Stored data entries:
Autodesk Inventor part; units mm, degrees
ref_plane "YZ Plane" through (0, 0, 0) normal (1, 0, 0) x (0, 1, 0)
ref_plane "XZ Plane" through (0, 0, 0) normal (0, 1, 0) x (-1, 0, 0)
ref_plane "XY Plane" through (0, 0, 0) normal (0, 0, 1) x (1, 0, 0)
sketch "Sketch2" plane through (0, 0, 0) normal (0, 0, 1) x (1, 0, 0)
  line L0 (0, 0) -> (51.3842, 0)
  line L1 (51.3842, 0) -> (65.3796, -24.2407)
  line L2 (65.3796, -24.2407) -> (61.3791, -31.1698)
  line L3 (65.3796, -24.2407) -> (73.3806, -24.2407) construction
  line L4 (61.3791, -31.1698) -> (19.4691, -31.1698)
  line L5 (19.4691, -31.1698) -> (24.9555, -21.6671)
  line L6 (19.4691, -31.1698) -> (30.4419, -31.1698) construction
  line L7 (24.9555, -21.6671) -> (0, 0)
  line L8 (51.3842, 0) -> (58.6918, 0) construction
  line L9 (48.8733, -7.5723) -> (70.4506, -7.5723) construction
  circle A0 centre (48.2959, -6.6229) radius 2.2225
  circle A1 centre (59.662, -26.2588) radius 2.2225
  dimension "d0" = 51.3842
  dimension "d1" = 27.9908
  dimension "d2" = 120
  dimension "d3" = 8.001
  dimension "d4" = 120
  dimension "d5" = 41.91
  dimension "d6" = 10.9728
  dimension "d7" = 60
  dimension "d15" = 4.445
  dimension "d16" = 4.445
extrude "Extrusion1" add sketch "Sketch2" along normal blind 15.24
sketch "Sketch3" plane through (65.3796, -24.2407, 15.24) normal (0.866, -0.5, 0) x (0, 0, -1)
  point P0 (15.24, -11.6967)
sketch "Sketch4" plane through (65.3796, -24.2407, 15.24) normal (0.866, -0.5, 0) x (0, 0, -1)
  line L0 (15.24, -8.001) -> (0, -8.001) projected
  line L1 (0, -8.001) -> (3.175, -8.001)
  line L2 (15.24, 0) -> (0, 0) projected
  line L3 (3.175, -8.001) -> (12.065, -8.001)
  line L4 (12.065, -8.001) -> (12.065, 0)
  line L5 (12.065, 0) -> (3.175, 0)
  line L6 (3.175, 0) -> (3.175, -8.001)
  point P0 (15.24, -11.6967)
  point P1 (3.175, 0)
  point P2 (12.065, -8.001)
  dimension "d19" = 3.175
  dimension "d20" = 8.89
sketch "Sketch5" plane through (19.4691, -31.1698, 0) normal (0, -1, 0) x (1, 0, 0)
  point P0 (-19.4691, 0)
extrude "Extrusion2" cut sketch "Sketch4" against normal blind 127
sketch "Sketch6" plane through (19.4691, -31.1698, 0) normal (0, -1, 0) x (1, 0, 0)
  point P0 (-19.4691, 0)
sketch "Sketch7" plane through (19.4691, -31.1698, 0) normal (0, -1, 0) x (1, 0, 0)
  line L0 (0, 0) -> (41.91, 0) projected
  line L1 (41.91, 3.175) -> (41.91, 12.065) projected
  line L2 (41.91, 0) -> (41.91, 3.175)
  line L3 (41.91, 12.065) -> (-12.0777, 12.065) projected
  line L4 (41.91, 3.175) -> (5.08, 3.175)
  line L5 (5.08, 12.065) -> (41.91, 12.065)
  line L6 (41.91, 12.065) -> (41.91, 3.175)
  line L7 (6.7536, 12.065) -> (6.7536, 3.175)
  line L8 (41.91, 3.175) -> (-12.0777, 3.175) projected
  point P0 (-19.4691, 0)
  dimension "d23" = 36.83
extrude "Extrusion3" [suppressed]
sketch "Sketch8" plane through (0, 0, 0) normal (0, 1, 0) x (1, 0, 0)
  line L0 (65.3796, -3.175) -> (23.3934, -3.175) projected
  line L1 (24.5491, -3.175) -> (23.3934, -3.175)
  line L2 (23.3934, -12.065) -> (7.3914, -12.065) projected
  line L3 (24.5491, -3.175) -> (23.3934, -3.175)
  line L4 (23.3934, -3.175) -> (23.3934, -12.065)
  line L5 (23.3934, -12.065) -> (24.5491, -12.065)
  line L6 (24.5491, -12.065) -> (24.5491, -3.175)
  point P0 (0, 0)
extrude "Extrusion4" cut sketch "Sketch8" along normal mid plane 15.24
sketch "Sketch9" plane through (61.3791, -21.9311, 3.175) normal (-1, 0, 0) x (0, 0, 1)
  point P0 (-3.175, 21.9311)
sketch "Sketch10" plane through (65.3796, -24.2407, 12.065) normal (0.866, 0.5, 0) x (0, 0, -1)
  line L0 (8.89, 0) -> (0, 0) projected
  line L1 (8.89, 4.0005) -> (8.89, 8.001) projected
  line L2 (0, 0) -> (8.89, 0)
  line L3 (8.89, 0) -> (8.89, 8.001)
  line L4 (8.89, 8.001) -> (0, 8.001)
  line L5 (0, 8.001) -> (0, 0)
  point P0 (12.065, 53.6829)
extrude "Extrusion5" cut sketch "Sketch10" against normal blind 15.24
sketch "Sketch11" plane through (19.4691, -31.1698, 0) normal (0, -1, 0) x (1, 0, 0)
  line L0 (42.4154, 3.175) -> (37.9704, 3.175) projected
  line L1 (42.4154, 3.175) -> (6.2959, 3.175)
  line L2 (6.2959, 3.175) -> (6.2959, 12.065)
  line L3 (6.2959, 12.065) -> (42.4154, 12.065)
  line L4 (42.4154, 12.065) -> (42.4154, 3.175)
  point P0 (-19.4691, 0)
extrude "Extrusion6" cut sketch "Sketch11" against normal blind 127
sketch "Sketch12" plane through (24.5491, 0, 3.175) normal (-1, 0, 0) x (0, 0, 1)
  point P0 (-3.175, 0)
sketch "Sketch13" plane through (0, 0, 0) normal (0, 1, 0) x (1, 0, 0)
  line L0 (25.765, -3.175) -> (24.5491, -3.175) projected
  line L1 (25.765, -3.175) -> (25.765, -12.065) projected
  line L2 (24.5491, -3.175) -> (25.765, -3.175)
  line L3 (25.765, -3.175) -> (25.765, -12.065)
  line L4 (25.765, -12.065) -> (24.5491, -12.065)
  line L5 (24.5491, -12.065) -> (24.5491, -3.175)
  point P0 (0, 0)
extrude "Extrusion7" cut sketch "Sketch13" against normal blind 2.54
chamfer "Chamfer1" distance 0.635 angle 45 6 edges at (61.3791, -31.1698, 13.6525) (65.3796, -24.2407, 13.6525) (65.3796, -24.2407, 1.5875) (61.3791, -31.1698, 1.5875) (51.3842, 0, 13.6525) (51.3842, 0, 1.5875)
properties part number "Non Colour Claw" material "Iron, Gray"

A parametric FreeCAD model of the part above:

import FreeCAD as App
import Part
import Sketcher

V = App.Vector
Q = App.Units.Quantity


def edges_at(feature, points):
    """Names of the edges that pass closest to the given points."""
    edges = feature.Shape.Edges
    near = lambda p: min(range(len(edges)), key=lambda i: edges[i].distToShape(Part.Vertex(*p))[0])
    return sorted({f"Edge{near(p) + 1}" for p in points})


def add_polygon(sketch, points):
    """Adds a closed chain of lines whose ends are joined by coincident constraints."""
    first, n = sketch.GeometryCount, len(points)
    for a, b in zip(points, points[1:] + points[:1]):
        sketch.addGeometry(Part.LineSegment(App.Vector(*a, 0), App.Vector(*b, 0)), False)
    for i in range(n):
        sketch.addConstraint(Sketcher.Constraint("Coincident", first + i, 2, first + (i + 1) % n, 1))

doc = App.newDocument("Part")
body = doc.addObject("PartDesign::Body", "Body")

sketch1 = doc.addObject("Sketcher::SketchObject", "Sketch")
body.addObject(sketch1)
sketch1.AttachmentSupport = (doc.XY_Plane, [""])
sketch1.MapMode = "FlatFace"
add_polygon(sketch1, [(51.3842, 0), (0, 0), (24.9555, -21.6671), (19.4691, -31.1698), (61.3791, -31.1698), (65.3796, -24.2407)])
sketch1.addGeometry(Part.Circle(V(59.662, -26.2588, 0), V(0, 0, 1), 2.2225), False)
sketch1.addGeometry(Part.Circle(V(48.2959, -6.6229, 0), V(0, 0, 1), 2.2225), False)
sketch1.addConstraint(Sketcher.Constraint("Horizontal", 0))
sketch1.addConstraint(Sketcher.Constraint("Horizontal", 3))
sketch1.addConstraint(Sketcher.Constraint("Coincident", 0, 2, -1, 1))
sketch1.addConstraint(Sketcher.Constraint("Equal", 6, 7))
sketch1.addConstraint(Sketcher.Constraint("Parallel", 2, 4))
sketch1.addConstraint(Sketcher.Constraint("Diameter", 6, Q("0.175 in")))
sketch1.addConstraint(Sketcher.Constraint("Angle", 2, Q("-120 deg")))
sketch1.addConstraint(Sketcher.Constraint("Angle", 5, Q("120 deg")))
sketch1.addConstraint(Sketcher.Constraint("DistanceX", 3, 1, 3, 2, Q("1.65 in")))
sketch1.addConstraint(Sketcher.Constraint("DistanceX", 0, 2, 0, 1, Q("2.023 in")))
sketch1.addConstraint(Sketcher.Constraint("Distance", 2, Q("0.432 in")))
sketch1.addConstraint(Sketcher.Constraint("Distance", 4, Q("0.315 in")))
sketch1.addConstraint(Sketcher.Constraint("Distance", 5, Q("1.102 in")))
sketch1.addConstraint(Sketcher.Constraint("DistanceX", -1, 1, 6, 3, Q("2.3489 in")))
sketch1.addConstraint(Sketcher.Constraint("DistanceY", 6, 3, -1, 1, Q("1.0338 in")))
sketch1.addConstraint(Sketcher.Constraint("DistanceY", 1, 2, 7, 3, Q("0.5923 in")))
sketch1.addConstraint(Sketcher.Constraint("DistanceX", -1, 1, 7, 3, Q("48.296 mm")))
pad1 = doc.addObject("PartDesign::Pad", "Pad")
body.addObject(pad1)
pad1.Profile = sketch1
pad1.Length = Q("0.6 in")

sketch2 = doc.addObject("Sketcher::SketchObject", "Sketch001")
body.addObject(sketch2)
sketch2.Placement = App.Placement(V(65.3796, -24.2407, 15.24), App.Rotation(V(0, 0, -1), V(0.5, 0.866025404, 0), V(0.866025404, -0.5, 0), "ZXY"))
add_polygon(sketch2, [(3.175, -8.001), (12.065, -8.001), (12.065, 0), (3.175, 0)])
sketch2.addConstraint(Sketcher.Constraint("Horizontal", 0))
sketch2.addConstraint(Sketcher.Constraint("Vertical", 1))
sketch2.addConstraint(Sketcher.Constraint("Horizontal", 2))
sketch2.addConstraint(Sketcher.Constraint("Vertical", 3))
sketch2.addConstraint(Sketcher.Constraint("PointOnObject", 1, 2, -1))
sketch2.addConstraint(Sketcher.Constraint("DistanceX", 0, 1, 0, 2, Q("0.35 in")))
sketch2.addConstraint(Sketcher.Constraint("DistanceX", -1, 1, 2, 2, Q("0.125 in")))
sketch2.addConstraint(Sketcher.Constraint("DistanceY", 1, 1, 1, 2, Q("0.315 in")))
pocket1 = doc.addObject("PartDesign::Pocket", "Pocket")
body.addObject(pocket1)
pocket1.Profile = sketch2
pocket1.Length = Q("5 in")

sketch3 = doc.addObject("Sketcher::SketchObject", "Sketch002")
body.addObject(sketch3)
sketch3.AttachmentSupport = (doc.XZ_Plane, [""])
sketch3.MapMode = "FlatFace"
add_polygon(sketch3, [(24.5491, 12.065), (24.5491, 3.175), (23.3934, 3.175), (23.3934, 12.065)])
sketch3.addConstraint(Sketcher.Constraint("Vertical", 0))
sketch3.addConstraint(Sketcher.Constraint("Horizontal", 1))
sketch3.addConstraint(Sketcher.Constraint("Vertical", 2))
sketch3.addConstraint(Sketcher.Constraint("Horizontal", 3))
sketch3.addConstraint(Sketcher.Constraint("DistanceY", 0, 2, 0, 1, Q("0.35 in")))
sketch3.addConstraint(Sketcher.Constraint("DistanceX", 1, 2, 1, 1, Q("0.0455 in")))
sketch3.addConstraint(Sketcher.Constraint("DistanceY", -1, 1, 0, 2, Q("0.125 in")))
sketch3.addConstraint(Sketcher.Constraint("DistanceX", -1, 1, 1, 2, Q("0.921 in")))
pocket2 = doc.addObject("PartDesign::Pocket", "Pocket001")
body.addObject(pocket2)
pocket2.Profile = sketch3
pocket2.Length = Q("0.6 in")
pocket2.Midplane = True

sketch4 = doc.addObject("Sketcher::SketchObject", "Sketch003")
body.addObject(sketch4)
sketch4.Placement = App.Placement(V(65.3796, -24.2407, 12.065), App.Rotation(V(0, 0, -1), V(-0.5, 0.866025404, 0), V(0.866025404, 0.5, 0), "ZXY"))
add_polygon(sketch4, [(0, 0), (8.89, 0), (8.89, 8.001), (0, 8.001)])
sketch4.addConstraint(Sketcher.Constraint("Horizontal", 0))
sketch4.addConstraint(Sketcher.Constraint("Vertical", 1))
sketch4.addConstraint(Sketcher.Constraint("Horizontal", 2))
sketch4.addConstraint(Sketcher.Constraint("Vertical", 3))
sketch4.addConstraint(Sketcher.Constraint("Coincident", 3, 2, -1, 1))
sketch4.addConstraint(Sketcher.Constraint("DistanceX", 0, 1, 0, 2, Q("0.35 in")))
sketch4.addConstraint(Sketcher.Constraint("DistanceY", 1, 1, 1, 2, Q("0.315 in")))
pocket3 = doc.addObject("PartDesign::Pocket", "Pocket002")
body.addObject(pocket3)
pocket3.Profile = sketch4
pocket3.Length = Q("0.6 in")

sketch5 = doc.addObject("Sketcher::SketchObject", "Sketch004")
body.addObject(sketch5)
sketch5.AttachmentSupport = (doc.XZ_Plane, [""])
sketch5.MapMode = "FlatFace"
sketch5.AttachmentOffset = App.Placement(V(0, 0, 31.1698), App.Rotation())
add_polygon(sketch5, [(25.765, 3.175), (61.8845, 3.175), (61.8845, 12.065), (25.765, 12.065)])
sketch5.addConstraint(Sketcher.Constraint("Horizontal", 0))
sketch5.addConstraint(Sketcher.Constraint("Vertical", 1))
sketch5.addConstraint(Sketcher.Constraint("Horizontal", 2))
sketch5.addConstraint(Sketcher.Constraint("Vertical", 3))
sketch5.addConstraint(Sketcher.Constraint("DistanceY", 1, 1, 1, 2, Q("0.35 in")))
sketch5.addConstraint(Sketcher.Constraint("DistanceY", -1, 1, 0, 2, Q("0.125 in")))
sketch5.addConstraint(Sketcher.Constraint("DistanceX", 0, 1, 0, 2, Q("36.1195 mm")))
sketch5.addConstraint(Sketcher.Constraint("DistanceX", -1, 1, 0, 2, Q("2.4364 in")))
pocket4 = doc.addObject("PartDesign::Pocket", "Pocket003")
body.addObject(pocket4)
pocket4.Profile = sketch5
pocket4.Length = Q("5 in")

sketch6 = doc.addObject("Sketcher::SketchObject", "Sketch005")
body.addObject(sketch6)
sketch6.AttachmentSupport = (doc.XZ_Plane, [""])
sketch6.MapMode = "FlatFace"
add_polygon(sketch6, [(25.765, 12.065), (25.765, 3.175), (24.5491, 3.175), (24.5491, 12.065)])
sketch6.addConstraint(Sketcher.Constraint("Vertical", 0))
sketch6.addConstraint(Sketcher.Constraint("Horizontal", 1))
sketch6.addConstraint(Sketcher.Constraint("Vertical", 2))
sketch6.addConstraint(Sketcher.Constraint("Horizontal", 3))
sketch6.addConstraint(Sketcher.Constraint("DistanceY", 0, 2, 0, 1, Q("0.35 in")))
sketch6.addConstraint(Sketcher.Constraint("DistanceY", -1, 1, 0, 2, Q("0.125 in")))
sketch6.addConstraint(Sketcher.Constraint("DistanceX", 1, 2, 1, 1, Q("1.216 mm")))
sketch6.addConstraint(Sketcher.Constraint("DistanceX", -1, 1, 1, 2, Q("0.9665 in")))
pocket5 = doc.addObject("PartDesign::Pocket", "Pocket004")
body.addObject(pocket5)
pocket5.Profile = sketch6
pocket5.Length = Q("0.1 in")
pocket5.Reversed = True
doc.recompute()

chamfer = doc.addObject("PartDesign::Chamfer", "Chamfer")
body.addObject(chamfer)
chamfer.Base = (pocket5, edges_at(pocket5, [
    (61.379, -31.17, 13.652),
    (65.38, -24.241, 13.652),
    (65.38, -24.241, 1.587),
    (61.379, -31.17, 1.587),
    (51.384, 0, 13.652),
    (51.384, 0, 1.587),
]))
chamfer.Size = Q("0.025 in")

doc.recompute()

» **EXERCISE GOAL**
Among the entries, copy every line containing the word "radius".

» **ANSWER FOR THE TASK**
  circle A0 centre (48.2959, -6.6229) radius 2.2225
  circle A1 centre (59.662, -26.2588) radius 2.2225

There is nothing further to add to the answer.